=== Section Start ===

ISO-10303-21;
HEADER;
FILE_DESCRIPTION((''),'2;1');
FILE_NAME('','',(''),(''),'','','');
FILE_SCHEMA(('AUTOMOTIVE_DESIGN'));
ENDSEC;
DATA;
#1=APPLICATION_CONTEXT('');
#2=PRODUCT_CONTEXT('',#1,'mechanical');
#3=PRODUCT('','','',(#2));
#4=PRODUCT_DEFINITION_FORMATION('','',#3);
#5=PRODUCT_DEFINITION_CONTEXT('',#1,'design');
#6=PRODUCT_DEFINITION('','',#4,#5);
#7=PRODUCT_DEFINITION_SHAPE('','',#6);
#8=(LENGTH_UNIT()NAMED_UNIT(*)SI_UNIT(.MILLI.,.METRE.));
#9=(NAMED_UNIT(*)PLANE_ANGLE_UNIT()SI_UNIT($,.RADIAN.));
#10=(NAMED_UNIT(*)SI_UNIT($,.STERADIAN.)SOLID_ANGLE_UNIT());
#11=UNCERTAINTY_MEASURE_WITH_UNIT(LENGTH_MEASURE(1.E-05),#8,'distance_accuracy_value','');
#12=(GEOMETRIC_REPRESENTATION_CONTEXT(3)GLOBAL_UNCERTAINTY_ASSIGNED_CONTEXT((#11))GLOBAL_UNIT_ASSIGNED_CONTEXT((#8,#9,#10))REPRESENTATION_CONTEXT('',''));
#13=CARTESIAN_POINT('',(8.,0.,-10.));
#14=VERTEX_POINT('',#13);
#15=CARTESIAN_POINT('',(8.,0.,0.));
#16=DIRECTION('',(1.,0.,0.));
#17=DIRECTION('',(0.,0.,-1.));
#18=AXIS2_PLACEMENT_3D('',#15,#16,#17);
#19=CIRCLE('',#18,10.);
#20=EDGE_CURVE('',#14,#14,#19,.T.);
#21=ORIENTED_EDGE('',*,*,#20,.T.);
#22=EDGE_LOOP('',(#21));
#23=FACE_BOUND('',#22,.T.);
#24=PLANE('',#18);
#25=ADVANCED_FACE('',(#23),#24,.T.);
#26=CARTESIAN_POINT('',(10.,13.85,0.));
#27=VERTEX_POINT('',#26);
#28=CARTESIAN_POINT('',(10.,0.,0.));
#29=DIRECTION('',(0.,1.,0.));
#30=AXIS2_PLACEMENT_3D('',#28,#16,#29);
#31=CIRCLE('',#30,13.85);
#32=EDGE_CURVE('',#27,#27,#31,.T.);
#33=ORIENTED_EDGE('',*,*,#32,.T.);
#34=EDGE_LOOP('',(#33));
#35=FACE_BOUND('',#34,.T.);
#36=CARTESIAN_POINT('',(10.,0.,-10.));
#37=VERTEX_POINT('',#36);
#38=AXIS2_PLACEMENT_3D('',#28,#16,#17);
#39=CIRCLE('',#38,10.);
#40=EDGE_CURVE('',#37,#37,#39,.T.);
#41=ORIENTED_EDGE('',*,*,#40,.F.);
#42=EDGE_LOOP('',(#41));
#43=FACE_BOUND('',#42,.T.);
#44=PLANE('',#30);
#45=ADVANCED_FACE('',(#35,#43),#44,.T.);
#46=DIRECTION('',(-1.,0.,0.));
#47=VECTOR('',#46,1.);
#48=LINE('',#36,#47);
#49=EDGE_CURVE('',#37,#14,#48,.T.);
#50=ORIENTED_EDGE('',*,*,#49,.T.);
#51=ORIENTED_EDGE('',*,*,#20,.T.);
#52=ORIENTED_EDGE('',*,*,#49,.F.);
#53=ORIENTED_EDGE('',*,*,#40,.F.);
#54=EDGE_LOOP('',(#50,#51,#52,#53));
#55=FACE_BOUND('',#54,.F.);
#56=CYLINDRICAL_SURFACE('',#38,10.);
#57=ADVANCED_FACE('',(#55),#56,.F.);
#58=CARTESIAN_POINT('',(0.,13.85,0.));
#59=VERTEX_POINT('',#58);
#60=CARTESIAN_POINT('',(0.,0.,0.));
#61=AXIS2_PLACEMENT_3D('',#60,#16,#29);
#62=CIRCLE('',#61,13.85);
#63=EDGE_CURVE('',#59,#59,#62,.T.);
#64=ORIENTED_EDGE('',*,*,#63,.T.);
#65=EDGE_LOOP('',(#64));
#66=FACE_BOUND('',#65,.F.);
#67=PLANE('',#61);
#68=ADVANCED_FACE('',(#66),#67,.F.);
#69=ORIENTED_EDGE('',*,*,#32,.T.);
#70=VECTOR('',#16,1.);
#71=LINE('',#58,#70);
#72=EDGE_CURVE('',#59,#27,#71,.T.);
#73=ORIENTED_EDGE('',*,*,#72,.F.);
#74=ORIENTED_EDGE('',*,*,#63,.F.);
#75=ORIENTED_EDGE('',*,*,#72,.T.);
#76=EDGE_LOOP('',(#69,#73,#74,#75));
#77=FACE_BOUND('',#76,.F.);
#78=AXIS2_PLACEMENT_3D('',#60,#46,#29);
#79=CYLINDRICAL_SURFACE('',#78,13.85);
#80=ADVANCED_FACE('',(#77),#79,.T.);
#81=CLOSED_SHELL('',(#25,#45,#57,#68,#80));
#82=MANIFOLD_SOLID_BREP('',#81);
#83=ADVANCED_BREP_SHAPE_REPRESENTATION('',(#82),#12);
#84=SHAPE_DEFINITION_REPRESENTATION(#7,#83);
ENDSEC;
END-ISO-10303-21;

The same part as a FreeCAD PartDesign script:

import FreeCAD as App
import Part
import Sketcher
from FreeCAD import Vector

doc = App.newDocument("Part")
body = doc.addObject("PartDesign::Body", "Body")

# Sketch on YZ plane
sketch1 = doc.addObject("Sketcher::SketchObject", "Sketch")
body.addObject(sketch1)
sketch1.AttachmentSupport = (doc.YZ_Plane, [""])
sketch1.MapMode = "FlatFace"
sketch1.addGeometry(Part.Circle(Vector(0, 0, 0), Vector(0, 0, 1), 14), False)
sketch1.addConstraint(Sketcher.Constraint("Coincident", 0, 3, -1, 1))
sketch1.addConstraint(Sketcher.Constraint("Diameter", 0, 27.7))
pad1 = doc.addObject("PartDesign::Pad", "Pad")
body.addObject(pad1)
pad1.Profile = sketch1
pad1.Length = 10

# Sketch on YZ plane
sketch2 = doc.addObject("Sketcher::SketchObject", "Sketch001")
body.addObject(sketch2)
sketch2.AttachmentSupport = (doc.YZ_Plane, [""])
sketch2.MapMode = "FlatFace"
sketch2.AttachmentOffset = App.Placement(Vector(0, 0, 10), App.Rotation())
sketch2.addGeometry(Part.Circle(Vector(0, 0, 0), Vector(0, 0, 1), 10), False)
sketch2.addConstraint(Sketcher.Constraint("Coincident", 0, 3, -1, 1))
sketch2.addConstraint(Sketcher.Constraint("Diameter", 0, 20.0))
pocket1 = doc.addObject("PartDesign::Pocket", "Pocket")
body.addObject(pocket1)
pocket1.Profile = sketch2
pocket1.Length = 2

doc.recompute()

=== Section End ===

■ WHAT YOU NEED TO DO: Repeat the records above exactly, with nothing left out.

■ SOLUTION FOR THIS EXERCISE:
ISO-10303-21;
HEADER;
FILE_DESCRIPTION((''),'2;1');
FILE_NAME('','',(''),(''),'','','');
FILE_SCHEMA(('AUTOMOTIVE_DESIGN'));
ENDSEC;
DATA;
#1=APPLICATION_CONTEXT('');
#2=PRODUCT_CONTEXT('',#1,'mechanical');
#3=PRODUCT('','','',(#2));
#4=PRODUCT_DEFINITION_FORMATION('','',#3);
#5=PRODUCT_DEFINITION_CONTEXT('',#1,'design');
#6=PRODUCT_DEFINITION('','',#4,#5);
#7=PRODUCT_DEFINITION_SHAPE('','',#6);
#8=(LENGTH_UNIT()NAMED_UNIT(*)SI_UNIT(.MILLI.,.METRE.));
#9=(NAMED_UNIT(*)PLANE_ANGLE_UNIT()SI_UNIT($,.RADIAN.));
#10=(NAMED_UNIT(*)SI_UNIT($,.STERADIAN.)SOLID_ANGLE_UNIT());
#11=UNCERTAINTY_MEASURE_WITH_UNIT(LENGTH_MEASURE(1.E-05),#8,'distance_accuracy_value','');
#12=(GEOMETRIC_REPRESENTATION_CONTEXT(3)GLOBAL_UNCERTAINTY_ASSIGNED_CONTEXT((#11))GLOBAL_UNIT_ASSIGNED_CONTEXT((#8,#9,#10))REPRESENTATION_CONTEXT('',''));
#13=CARTESIAN_POINT('',(8.,0.,-10.));
#14=VERTEX_POINT('',#13);
#15=CARTESIAN_POINT('',(8.,0.,0.));
#16=DIRECTION('',(1.,0.,0.));
#17=DIRECTION('',(0.,0.,-1.));
#18=AXIS2_PLACEMENT_3D('',#15,#16,#17);
#19=CIRCLE('',#18,10.);
#20=EDGE_CURVE('',#14,#14,#19,.T.);
#21=ORIENTED_EDGE('',*,*,#20,.T.);
#22=EDGE_LOOP('',(#21));
#23=FACE_BOUND('',#22,.T.);
#24=PLANE('',#18);
#25=ADVANCED_FACE('',(#23),#24,.T.);
#26=CARTESIAN_POINT('',(10.,13.85,0.));
#27=VERTEX_POINT('',#26);
#28=CARTESIAN_POINT('',(10.,0.,0.));
#29=DIRECTION('',(0.,1.,0.));
#30=AXIS2_PLACEMENT_3D('',#28,#16,#29);
#31=CIRCLE('',#30,13.85);
#32=EDGE_CURVE('',#27,#27,#31,.T.);
#33=ORIENTED_EDGE('',*,*,#32,.T.);
#34=EDGE_LOOP('',(#33));
#35=FACE_BOUND('',#34,.T.);
#36=CARTESIAN_POINT('',(10.,0.,-10.));
#37=VERTEX_POINT('',#36);
#38=AXIS2_PLACEMENT_3D('',#28,#16,#17);
#39=CIRCLE('',#38,10.);
#40=EDGE_CURVE('',#37,#37,#39,.T.);
#41=ORIENTED_EDGE('',*,*,#40,.F.);
#42=EDGE_LOOP('',(#41));
#43=FACE_BOUND('',#42,.T.);
#44=PLANE('',#30);
#45=ADVANCED_FACE('',(#35,#43),#44,.T.);
#46=DIRECTION('',(-1.,0.,0.));
#47=VECTOR('',#46,1.);
#48=LINE('',#36,#47);
#49=EDGE_CURVE('',#37,#14,#48,.T.);
#50=ORIENTED_EDGE('',*,*,#49,.T.);
#51=ORIENTED_EDGE('',*,*,#20,.T.);
#52=ORIENTED_EDGE('',*,*,#49,.F.);
#53=ORIENTED_EDGE('',*,*,#40,.F.);
#54=EDGE_LOOP('',(#50,#51,#52,#53));
#55=FACE_BOUND('',#54,.F.);
#56=CYLINDRICAL_SURFACE('',#38,10.);
#57=ADVANCED_FACE('',(#55),#56,.F.);
#58=CARTESIAN_POINT('',(0.,13.85,0.));
#59=VERTEX_POINT('',#58);
#60=CARTESIAN_POINT('',(0.,0.,0.));
#61=AXIS2_PLACEMENT_3D('',#60,#16,#29);
#62=CIRCLE('',#61,13.85);
#63=EDGE_CURVE('',#59,#59,#62,.T.);
#64=ORIENTED_EDGE('',*,*,#63,.T.);
#65=EDGE_LOOP('',(#64));
#66=FACE_BOUND('',#65,.F.);
#67=PLANE('',#61);
#68=ADVANCED_FACE('',(#66),#67,.F.);
#69=ORIENTED_EDGE('',*,*,#32,.T.);
#70=VECTOR('',#16,1.);
#71=LINE('',#58,#70);
#72=EDGE_CURVE('',#59,#27,#71,.T.);
#73=ORIENTED_EDGE('',*,*,#72,.F.);
#74=ORIENTED_EDGE('',*,*,#63,.F.);
#75=ORIENTED_EDGE('',*,*,#72,.T.);
#76=EDGE_LOOP('',(#69,#73,#74,#75));
#77=FACE_BOUND('',#76,.F.);
#78=AXIS2_PLACEMENT_3D('',#60,#46,#29);
#79=CYLINDRICAL_SURFACE('',#78,13.85);
#80=ADVANCED_FACE('',(#77),#79,.T.);
#81=CLOSED_SHELL('',(#25,#45,#57,#68,#80));
#82=MANIFOLD_SOLID_BREP('',#81);
#83=ADVANCED_BREP_SHAPE_REPRESENTATION('',(#82),#12);
#84=SHAPE_DEFINITION_REPRESENTATION(#7,#83);
ENDSEC;
END-ISO-10303-21;

The same part as a FreeCAD PartDesign script:

import FreeCAD as App
import Part
import Sketcher
from FreeCAD import Vector

doc = App.newDocument("Part")
body = doc.addObject("PartDesign::Body", "Body")

# Sketch on YZ plane
sketch1 = doc.addObject("Sketcher::SketchObject", "Sketch")
body.addObject(sketch1)
sketch1.AttachmentSupport = (doc.YZ_Plane, [""])
sketch1.MapMode = "FlatFace"
sketch1.addGeometry(Part.Circle(Vector(0, 0, 0), Vector(0, 0, 1), 14), False)
sketch1.addConstraint(Sketcher.Constraint("Coincident", 0, 3, -1, 1))
sketch1.addConstraint(Sketcher.Constraint("Diameter", 0, 27.7))
pad1 = doc.addObject("PartDesign::Pad", "Pad")
body.addObject(pad1)
pad1.Profile = sketch1
pad1.Length = 10

# Sketch on YZ plane
sketch2 = doc.addObject("Sketcher::SketchObject", "Sketch001")
body.addObject(sketch2)
sketch2.AttachmentSupport = (doc.YZ_Plane, [""])
sketch2.MapMode = "FlatFace"
sketch2.AttachmentOffset = App.Placement(Vector(0, 0, 10), App.Rotation())
sketch2.addGeometry(Part.Circle(Vector(0, 0, 0), Vector(0, 0, 1), 10), False)
sketch2.addConstraint(Sketcher.Constraint("Coincident", 0, 3, -1, 1))
sketch2.addConstraint(Sketcher.Constraint("Diameter", 0, 20.0))
pocket1 = doc.addObject("PartDesign::Pocket", "Pocket")
body.addObject(pocket1)
pocket1.Profile = sketch2
pocket1.Length = 2

doc.recompute()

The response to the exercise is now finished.